**DIRECTIONS FOR THIS TASK**:
Below are some records. Return exactly the lines from the one with "v 317.5 1387.638 -76.2" to the one with "v -355.6 1340.723 -228.6", and nothing else.

**Stored items**:
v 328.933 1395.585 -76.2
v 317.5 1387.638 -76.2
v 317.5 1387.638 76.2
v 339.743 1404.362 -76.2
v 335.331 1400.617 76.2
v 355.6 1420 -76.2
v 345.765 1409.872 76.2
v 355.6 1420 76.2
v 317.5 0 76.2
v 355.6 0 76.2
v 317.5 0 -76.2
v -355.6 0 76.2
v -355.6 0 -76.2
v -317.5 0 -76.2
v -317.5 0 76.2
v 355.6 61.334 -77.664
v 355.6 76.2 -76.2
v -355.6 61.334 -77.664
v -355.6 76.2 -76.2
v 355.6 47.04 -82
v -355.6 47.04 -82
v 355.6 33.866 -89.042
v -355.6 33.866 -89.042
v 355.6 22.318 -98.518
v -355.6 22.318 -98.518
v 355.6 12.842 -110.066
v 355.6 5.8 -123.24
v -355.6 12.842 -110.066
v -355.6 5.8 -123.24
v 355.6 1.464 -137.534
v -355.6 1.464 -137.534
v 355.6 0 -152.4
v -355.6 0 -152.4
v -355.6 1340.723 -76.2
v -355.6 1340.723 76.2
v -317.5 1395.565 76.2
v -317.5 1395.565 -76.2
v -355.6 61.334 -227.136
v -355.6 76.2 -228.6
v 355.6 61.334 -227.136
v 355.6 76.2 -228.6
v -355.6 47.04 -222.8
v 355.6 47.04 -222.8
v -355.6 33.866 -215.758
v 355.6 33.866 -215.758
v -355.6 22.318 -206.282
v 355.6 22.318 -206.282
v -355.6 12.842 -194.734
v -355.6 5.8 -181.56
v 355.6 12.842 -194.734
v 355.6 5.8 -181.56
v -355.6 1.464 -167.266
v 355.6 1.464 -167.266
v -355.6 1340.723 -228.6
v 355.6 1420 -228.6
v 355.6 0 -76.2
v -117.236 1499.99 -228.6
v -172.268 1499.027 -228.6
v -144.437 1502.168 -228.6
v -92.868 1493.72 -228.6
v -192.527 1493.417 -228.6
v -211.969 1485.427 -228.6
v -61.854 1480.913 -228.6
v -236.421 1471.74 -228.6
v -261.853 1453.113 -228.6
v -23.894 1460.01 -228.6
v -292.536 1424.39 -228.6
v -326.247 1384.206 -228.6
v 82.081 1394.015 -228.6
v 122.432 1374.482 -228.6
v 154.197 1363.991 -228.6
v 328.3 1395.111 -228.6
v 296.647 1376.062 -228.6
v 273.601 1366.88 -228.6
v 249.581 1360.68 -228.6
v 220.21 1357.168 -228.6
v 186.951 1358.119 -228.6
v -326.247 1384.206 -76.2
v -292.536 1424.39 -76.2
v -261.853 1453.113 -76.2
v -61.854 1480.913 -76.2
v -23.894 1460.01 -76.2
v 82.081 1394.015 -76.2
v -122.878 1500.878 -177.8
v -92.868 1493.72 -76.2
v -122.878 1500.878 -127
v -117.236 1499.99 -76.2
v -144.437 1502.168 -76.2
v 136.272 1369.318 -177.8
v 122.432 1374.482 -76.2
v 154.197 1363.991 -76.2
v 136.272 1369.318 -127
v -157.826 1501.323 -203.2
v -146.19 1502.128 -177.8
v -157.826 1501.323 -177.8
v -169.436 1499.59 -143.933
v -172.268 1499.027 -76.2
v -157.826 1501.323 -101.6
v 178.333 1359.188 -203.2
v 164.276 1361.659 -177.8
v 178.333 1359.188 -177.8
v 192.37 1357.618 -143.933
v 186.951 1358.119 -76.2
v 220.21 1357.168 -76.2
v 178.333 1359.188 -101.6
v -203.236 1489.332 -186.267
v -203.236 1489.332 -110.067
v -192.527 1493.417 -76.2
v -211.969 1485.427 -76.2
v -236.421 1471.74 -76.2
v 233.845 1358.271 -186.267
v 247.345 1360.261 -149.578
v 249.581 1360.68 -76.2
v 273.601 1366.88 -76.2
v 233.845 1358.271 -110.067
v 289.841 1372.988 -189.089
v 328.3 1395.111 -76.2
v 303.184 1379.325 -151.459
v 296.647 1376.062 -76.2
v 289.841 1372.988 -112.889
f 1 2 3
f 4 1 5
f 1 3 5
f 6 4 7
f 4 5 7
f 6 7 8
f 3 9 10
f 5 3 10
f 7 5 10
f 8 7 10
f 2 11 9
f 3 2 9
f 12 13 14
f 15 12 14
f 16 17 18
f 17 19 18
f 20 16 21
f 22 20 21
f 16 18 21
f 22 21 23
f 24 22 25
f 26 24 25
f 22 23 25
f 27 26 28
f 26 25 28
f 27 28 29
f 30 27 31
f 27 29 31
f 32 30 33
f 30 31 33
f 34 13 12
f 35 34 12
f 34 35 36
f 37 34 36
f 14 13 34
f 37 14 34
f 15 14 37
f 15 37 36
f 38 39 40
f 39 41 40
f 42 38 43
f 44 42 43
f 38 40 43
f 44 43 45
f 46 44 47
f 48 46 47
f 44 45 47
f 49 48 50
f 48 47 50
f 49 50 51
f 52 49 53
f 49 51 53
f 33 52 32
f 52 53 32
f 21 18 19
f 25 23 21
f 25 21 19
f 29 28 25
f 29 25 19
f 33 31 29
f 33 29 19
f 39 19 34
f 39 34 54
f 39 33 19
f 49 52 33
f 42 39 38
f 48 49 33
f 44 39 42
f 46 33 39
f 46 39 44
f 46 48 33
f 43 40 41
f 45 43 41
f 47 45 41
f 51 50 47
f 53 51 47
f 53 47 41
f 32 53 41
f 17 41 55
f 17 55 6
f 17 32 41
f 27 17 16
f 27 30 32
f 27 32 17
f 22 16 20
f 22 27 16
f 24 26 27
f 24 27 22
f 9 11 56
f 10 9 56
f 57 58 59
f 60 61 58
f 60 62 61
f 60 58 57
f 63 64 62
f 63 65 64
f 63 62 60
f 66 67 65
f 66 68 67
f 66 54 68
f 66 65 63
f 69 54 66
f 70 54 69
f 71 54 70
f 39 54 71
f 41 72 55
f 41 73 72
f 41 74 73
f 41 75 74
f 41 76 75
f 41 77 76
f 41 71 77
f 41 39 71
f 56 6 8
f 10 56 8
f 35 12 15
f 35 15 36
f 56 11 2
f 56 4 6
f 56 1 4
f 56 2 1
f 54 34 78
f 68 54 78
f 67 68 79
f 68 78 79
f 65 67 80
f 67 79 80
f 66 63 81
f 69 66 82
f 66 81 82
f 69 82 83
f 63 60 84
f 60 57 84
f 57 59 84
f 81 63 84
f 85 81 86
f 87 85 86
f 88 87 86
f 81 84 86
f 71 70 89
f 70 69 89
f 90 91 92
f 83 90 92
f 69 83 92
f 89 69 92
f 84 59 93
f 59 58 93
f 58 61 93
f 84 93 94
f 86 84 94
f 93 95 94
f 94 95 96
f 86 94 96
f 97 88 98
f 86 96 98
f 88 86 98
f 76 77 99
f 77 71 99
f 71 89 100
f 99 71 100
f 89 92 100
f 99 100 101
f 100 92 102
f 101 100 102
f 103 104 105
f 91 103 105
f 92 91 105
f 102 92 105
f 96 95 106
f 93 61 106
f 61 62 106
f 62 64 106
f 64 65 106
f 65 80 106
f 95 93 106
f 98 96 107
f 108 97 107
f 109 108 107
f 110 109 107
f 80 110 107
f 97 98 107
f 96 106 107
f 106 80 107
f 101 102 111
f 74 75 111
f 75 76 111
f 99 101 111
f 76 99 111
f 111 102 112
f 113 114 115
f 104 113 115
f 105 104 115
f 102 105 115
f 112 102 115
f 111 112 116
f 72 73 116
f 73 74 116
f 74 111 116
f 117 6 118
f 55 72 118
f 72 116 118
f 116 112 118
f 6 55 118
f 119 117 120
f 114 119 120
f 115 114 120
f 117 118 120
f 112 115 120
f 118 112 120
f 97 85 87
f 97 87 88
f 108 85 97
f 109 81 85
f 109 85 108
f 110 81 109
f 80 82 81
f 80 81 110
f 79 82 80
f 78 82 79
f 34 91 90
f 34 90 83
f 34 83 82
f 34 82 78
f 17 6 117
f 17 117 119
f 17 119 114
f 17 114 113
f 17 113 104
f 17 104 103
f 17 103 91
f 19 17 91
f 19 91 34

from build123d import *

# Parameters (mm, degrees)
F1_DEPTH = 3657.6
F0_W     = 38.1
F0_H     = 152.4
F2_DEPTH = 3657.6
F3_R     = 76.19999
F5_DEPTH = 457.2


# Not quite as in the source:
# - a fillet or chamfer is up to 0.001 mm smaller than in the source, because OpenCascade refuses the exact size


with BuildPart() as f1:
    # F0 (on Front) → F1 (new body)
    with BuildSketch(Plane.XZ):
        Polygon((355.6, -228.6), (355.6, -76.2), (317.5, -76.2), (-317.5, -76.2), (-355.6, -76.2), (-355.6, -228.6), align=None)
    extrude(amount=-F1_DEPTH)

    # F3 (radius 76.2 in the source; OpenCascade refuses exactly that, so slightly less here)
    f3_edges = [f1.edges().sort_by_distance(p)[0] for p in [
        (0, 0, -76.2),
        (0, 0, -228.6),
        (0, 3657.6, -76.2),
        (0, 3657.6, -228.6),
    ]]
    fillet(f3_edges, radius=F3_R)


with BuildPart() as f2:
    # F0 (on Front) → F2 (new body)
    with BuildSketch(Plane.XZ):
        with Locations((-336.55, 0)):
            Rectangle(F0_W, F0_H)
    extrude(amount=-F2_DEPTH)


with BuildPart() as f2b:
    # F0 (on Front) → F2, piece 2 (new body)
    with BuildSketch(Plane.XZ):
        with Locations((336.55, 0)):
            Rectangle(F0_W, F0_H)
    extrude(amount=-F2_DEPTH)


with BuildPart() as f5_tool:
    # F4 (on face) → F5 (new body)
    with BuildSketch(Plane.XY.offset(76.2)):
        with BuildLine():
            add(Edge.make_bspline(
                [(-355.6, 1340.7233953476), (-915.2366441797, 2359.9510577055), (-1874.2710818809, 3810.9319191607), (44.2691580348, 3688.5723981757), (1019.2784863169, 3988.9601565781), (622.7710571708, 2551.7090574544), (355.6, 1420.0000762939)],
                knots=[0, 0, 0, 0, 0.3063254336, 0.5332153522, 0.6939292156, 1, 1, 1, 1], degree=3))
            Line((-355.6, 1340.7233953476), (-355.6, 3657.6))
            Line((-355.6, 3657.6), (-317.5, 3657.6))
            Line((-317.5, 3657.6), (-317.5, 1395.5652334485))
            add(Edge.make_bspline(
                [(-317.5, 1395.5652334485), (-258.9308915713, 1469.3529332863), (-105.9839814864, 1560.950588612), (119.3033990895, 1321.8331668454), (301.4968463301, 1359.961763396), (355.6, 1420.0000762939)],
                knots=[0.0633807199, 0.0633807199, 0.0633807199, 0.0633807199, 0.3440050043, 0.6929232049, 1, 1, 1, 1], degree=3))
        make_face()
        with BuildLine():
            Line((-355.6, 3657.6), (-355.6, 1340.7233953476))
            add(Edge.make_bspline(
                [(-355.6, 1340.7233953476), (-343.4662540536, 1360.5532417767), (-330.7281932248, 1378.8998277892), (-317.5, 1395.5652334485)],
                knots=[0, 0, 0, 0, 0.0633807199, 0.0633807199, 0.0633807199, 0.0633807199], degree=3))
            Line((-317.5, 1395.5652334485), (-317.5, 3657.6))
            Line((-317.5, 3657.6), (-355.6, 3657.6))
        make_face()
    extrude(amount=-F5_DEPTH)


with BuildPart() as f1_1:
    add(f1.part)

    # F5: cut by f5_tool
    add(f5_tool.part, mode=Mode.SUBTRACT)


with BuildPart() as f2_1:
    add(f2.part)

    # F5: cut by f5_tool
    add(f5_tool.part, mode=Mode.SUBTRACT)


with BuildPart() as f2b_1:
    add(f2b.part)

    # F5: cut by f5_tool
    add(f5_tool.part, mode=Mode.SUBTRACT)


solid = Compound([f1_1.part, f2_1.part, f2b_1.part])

**FINISHED EXERCISE**:
v 317.5 1387.638 -76.2
v 317.5 1387.638 76.2
v 339.743 1404.362 -76.2
v 335.331 1400.617 76.2
v 355.6 1420 -76.2
v 345.765 1409.872 76.2
v 355.6 1420 76.2
v 317.5 0 76.2
v 355.6 0 76.2
v 317.5 0 -76.2
v -355.6 0 76.2
v -355.6 0 -76.2
v -317.5 0 -76.2
v -317.5 0 76.2
v 355.6 61.334 -77.664
v 355.6 76.2 -76.2
v -355.6 61.334 -77.664
v -355.6 76.2 -76.2
v 355.6 47.04 -82
v -355.6 47.04 -82
v 355.6 33.866 -89.042
v -355.6 33.866 -89.042
v 355.6 22.318 -98.518
v -355.6 22.318 -98.518
v 355.6 12.842 -110.066
v 355.6 5.8 -123.24
v -355.6 12.842 -110.066
v -355.6 5.8 -123.24
v 355.6 1.464 -137.534
v -355.6 1.464 -137.534
v 355.6 0 -152.4
v -355.6 0 -152.4
v -355.6 1340.723 -76.2
v -355.6 1340.723 76.2
v -317.5 1395.565 76.2
v -317.5 1395.565 -76.2
v -355.6 61.334 -227.136
v -355.6 76.2 -228.6
v 355.6 61.334 -227.136
v 355.6 76.2 -228.6
v -355.6 47.04 -222.8
v 355.6 47.04 -222.8
v -355.6 33.866 -215.758
v 355.6 33.866 -215.758
v -355.6 22.318 -206.282
v 355.6 22.318 -206.282
v -355.6 12.842 -194.734
v -355.6 5.8 -181.56
v 355.6 12.842 -194.734
v 355.6 5.8 -181.56
v -355.6 1.464 -167.266
v 355.6 1.464 -167.266
v -355.6 1340.723 -228.6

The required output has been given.